# Here's How Santander & Uber Have Partnered to Get More Drivers on the Road



## arto71 (Sep 20, 2014)

http://bostinno.streetwise.co/2014/...uberx-martha-coakley-santander-investigation/


----------



## arto71 (Sep 20, 2014)

BTW uberpeople is mentioned in this article .


----------



## grUBBER (Sep 11, 2014)

Haha
they mentioned this forum.

166,000 ubers were repoed.
Good start!


----------



## xtree78 (Nov 6, 2014)

I am sorry to say it but I am a Uber car leasr and that story is not at all in line with my experience. 

I got my car in July 2014. First of all in Dallas could be different in other cities but here it is a no credit check. My lease is not on any of my credit reports. I paid 1000 down signed the lease and drove away. I didn't have to take an exam just pass a back ground check. My lease was plenty of confusing legal speak which was not explained for a lay man. Of course with any contract it was 100% one sided in that there were so many bad things that could happen only a totally desperate person like myself would be dumb enough to sign onto it. Of course I saw get a brand new car have a job win win for me since I needed both. 

It was plainly laid out I had to pay a dollar amount every week to keep the car. No it did not have the interest shown and it didn't explain how the late fees would be counted and charged. But I am a hard worker I will never have that problem.

Fast forward to today. Uber has cut the rates 50% and I have to work twice as long to make the same amount of money I did when I signed the lease. Is that bait and switch there could be grounds for that as I have read that contract 20 times and no where does it say Uber could and will lower the amount of money they will pay you. And since I was not yet a driver for Uber (I got my phone 4 days after I got the car) I never had a chance to read the terms agreement. 

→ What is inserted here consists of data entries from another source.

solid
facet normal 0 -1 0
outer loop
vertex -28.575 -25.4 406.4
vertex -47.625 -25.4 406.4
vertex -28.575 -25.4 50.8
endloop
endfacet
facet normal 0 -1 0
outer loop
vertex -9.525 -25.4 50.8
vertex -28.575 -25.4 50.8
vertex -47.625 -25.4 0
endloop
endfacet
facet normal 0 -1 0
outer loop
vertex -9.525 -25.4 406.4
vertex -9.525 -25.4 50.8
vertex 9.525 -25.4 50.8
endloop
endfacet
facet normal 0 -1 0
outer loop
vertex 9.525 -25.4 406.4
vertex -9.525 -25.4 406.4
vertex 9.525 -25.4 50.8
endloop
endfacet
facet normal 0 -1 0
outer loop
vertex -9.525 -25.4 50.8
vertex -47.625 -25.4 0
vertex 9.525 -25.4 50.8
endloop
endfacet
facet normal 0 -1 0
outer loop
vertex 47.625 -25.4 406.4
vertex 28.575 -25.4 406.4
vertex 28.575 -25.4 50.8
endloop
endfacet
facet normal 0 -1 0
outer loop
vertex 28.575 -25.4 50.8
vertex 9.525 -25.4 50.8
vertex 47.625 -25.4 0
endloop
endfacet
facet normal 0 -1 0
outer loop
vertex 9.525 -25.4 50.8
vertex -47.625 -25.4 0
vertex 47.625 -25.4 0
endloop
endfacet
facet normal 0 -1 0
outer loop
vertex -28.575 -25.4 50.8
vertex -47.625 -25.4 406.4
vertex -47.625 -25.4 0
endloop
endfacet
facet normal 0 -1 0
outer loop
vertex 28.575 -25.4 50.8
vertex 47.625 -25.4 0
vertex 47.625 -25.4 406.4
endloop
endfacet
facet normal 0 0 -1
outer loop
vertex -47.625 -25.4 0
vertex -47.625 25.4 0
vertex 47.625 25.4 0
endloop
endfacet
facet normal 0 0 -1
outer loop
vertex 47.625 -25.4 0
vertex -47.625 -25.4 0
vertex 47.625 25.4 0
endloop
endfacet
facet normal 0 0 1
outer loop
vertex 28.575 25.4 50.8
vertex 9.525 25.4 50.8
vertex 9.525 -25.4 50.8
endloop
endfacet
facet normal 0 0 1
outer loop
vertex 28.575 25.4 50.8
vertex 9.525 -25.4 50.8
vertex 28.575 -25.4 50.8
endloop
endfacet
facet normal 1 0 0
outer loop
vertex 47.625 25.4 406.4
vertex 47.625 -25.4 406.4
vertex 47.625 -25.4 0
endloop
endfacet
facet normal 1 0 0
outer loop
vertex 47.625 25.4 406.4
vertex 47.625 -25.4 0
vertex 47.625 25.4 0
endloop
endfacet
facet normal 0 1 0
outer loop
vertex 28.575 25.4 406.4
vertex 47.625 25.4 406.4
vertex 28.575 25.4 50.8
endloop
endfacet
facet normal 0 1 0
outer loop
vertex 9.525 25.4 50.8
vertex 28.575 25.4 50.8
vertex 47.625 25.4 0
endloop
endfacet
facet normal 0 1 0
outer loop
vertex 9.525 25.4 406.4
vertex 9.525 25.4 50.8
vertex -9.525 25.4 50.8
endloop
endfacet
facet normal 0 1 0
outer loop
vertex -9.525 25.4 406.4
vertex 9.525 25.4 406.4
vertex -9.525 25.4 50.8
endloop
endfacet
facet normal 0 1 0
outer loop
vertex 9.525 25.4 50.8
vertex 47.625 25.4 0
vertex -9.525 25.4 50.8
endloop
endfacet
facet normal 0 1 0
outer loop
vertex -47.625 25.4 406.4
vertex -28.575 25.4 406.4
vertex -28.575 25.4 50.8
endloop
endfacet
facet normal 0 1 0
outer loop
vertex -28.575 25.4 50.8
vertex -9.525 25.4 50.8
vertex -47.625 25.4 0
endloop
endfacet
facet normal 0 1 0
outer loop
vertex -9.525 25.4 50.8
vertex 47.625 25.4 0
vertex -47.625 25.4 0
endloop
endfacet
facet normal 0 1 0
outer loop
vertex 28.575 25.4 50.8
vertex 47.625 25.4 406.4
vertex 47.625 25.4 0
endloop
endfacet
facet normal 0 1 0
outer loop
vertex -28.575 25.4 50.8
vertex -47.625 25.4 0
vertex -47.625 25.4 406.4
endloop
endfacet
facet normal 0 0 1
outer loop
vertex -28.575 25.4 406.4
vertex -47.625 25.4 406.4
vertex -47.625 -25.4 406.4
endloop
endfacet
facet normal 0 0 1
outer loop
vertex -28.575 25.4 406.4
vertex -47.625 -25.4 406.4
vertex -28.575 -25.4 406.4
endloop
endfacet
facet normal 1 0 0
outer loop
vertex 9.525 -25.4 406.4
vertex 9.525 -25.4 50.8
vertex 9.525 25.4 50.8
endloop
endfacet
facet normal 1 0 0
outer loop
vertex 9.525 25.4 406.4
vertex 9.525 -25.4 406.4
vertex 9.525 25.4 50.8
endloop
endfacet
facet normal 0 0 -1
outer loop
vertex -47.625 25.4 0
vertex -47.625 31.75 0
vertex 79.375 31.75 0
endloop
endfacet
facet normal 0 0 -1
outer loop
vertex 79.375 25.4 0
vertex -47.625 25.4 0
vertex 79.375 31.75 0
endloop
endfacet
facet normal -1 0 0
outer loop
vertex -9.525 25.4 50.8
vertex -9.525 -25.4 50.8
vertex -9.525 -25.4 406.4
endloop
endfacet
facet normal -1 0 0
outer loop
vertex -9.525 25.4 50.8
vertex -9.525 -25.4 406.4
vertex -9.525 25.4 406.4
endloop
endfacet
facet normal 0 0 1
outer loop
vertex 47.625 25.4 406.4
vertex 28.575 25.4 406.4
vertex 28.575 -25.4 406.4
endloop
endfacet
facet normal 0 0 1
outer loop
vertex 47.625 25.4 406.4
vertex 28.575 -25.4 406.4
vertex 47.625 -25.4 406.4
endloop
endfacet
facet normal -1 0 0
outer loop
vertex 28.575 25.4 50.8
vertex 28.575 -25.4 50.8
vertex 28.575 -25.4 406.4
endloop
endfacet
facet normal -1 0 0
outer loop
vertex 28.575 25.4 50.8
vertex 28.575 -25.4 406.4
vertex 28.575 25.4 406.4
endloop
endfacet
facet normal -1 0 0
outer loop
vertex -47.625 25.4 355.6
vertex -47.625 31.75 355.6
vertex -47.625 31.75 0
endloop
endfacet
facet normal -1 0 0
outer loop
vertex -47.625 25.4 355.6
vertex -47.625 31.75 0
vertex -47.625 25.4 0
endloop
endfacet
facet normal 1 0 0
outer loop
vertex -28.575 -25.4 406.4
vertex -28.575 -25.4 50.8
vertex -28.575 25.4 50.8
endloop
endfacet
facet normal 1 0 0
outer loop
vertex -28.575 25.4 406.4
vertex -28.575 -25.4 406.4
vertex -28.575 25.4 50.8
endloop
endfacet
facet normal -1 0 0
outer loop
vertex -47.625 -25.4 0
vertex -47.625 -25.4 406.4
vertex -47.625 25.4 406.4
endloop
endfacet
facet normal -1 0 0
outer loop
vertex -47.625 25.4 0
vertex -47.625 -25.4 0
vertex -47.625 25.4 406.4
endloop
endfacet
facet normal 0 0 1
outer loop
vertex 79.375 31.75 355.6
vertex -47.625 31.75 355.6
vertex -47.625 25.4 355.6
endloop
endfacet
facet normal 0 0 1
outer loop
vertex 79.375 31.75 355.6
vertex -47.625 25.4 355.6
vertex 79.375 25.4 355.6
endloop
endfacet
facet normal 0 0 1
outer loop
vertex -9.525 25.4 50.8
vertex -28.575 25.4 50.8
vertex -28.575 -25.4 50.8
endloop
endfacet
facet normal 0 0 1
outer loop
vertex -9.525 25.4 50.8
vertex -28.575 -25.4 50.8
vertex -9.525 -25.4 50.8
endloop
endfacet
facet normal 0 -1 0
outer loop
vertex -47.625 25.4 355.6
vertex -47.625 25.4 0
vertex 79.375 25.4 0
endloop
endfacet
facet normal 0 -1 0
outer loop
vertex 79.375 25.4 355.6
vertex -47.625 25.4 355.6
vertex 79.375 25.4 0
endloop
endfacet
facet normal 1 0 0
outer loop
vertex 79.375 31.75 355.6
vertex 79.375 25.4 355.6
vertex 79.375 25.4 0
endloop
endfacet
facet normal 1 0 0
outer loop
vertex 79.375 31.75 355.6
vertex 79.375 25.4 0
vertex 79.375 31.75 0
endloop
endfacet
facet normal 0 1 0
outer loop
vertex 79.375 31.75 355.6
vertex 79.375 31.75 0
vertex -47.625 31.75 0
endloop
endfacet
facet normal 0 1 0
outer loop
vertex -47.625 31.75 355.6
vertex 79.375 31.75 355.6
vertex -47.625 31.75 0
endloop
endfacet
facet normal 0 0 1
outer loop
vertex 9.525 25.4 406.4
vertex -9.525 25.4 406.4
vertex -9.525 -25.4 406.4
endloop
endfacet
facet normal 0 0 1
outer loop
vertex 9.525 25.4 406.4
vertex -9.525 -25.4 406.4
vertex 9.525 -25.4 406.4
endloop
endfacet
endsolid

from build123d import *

# Parameters (mm, degrees)
F0_W     = 19.05
F0_H     = 50.8
F1_DEPTH = 50.8
F2_DEPTH = 406.4
F4_DEPTH = 355.6


with BuildPart() as f1:
    # F0 (on Top) → F1 (new body)
    with BuildSketch(Plane.XY):
        with Locations((-38.1, 0)):
            Rectangle(F0_W, F0_H)
        Rectangle(F0_W, F0_H)
        with Locations((38.1, 0)):
            Rectangle(F0_W, F0_H)
        with Locations((-19.05, 0)):
            Rectangle(F0_W, F0_H)
        with Locations((19.05, 0)):
            Rectangle(F0_W, F0_H)
    extrude(amount=F1_DEPTH)

    # F0 (on Top) → F2 (join)
    with BuildSketch(Plane.XY):
        Rectangle(F0_W, F0_H)
        with Locations((-38.1, 0)):
            Rectangle(F0_W, F0_H)
        with Locations((38.1, 0)):
            Rectangle(F0_W, F0_H)
    extrude(amount=F2_DEPTH)


with BuildPart() as f4:
    # F3 (on Top) → F4 (new body)
    with BuildSketch(Plane.XY):
        Polygon((-47.625, 31.75), (-47.625, 25.4), (-28.575, 25.4), (79.375, 25.4), (79.375, 31.75), align=None)
    extrude(amount=F4_DEPTH)


solid = Compound([f1.part, f4.part])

I do believe Santander has a legal obligation to protect me from what Uber has done. As dumb as I am and as desperate a I was for a job if I had known Uber would be cutting the rates this much in 6 months of me signing a 4 year contract I would have never done it. 

If any lawyer out there wants to contact me and wants to sue on my behalf I welcome you. I want out of my "deal" as it is for sure no deal at all. 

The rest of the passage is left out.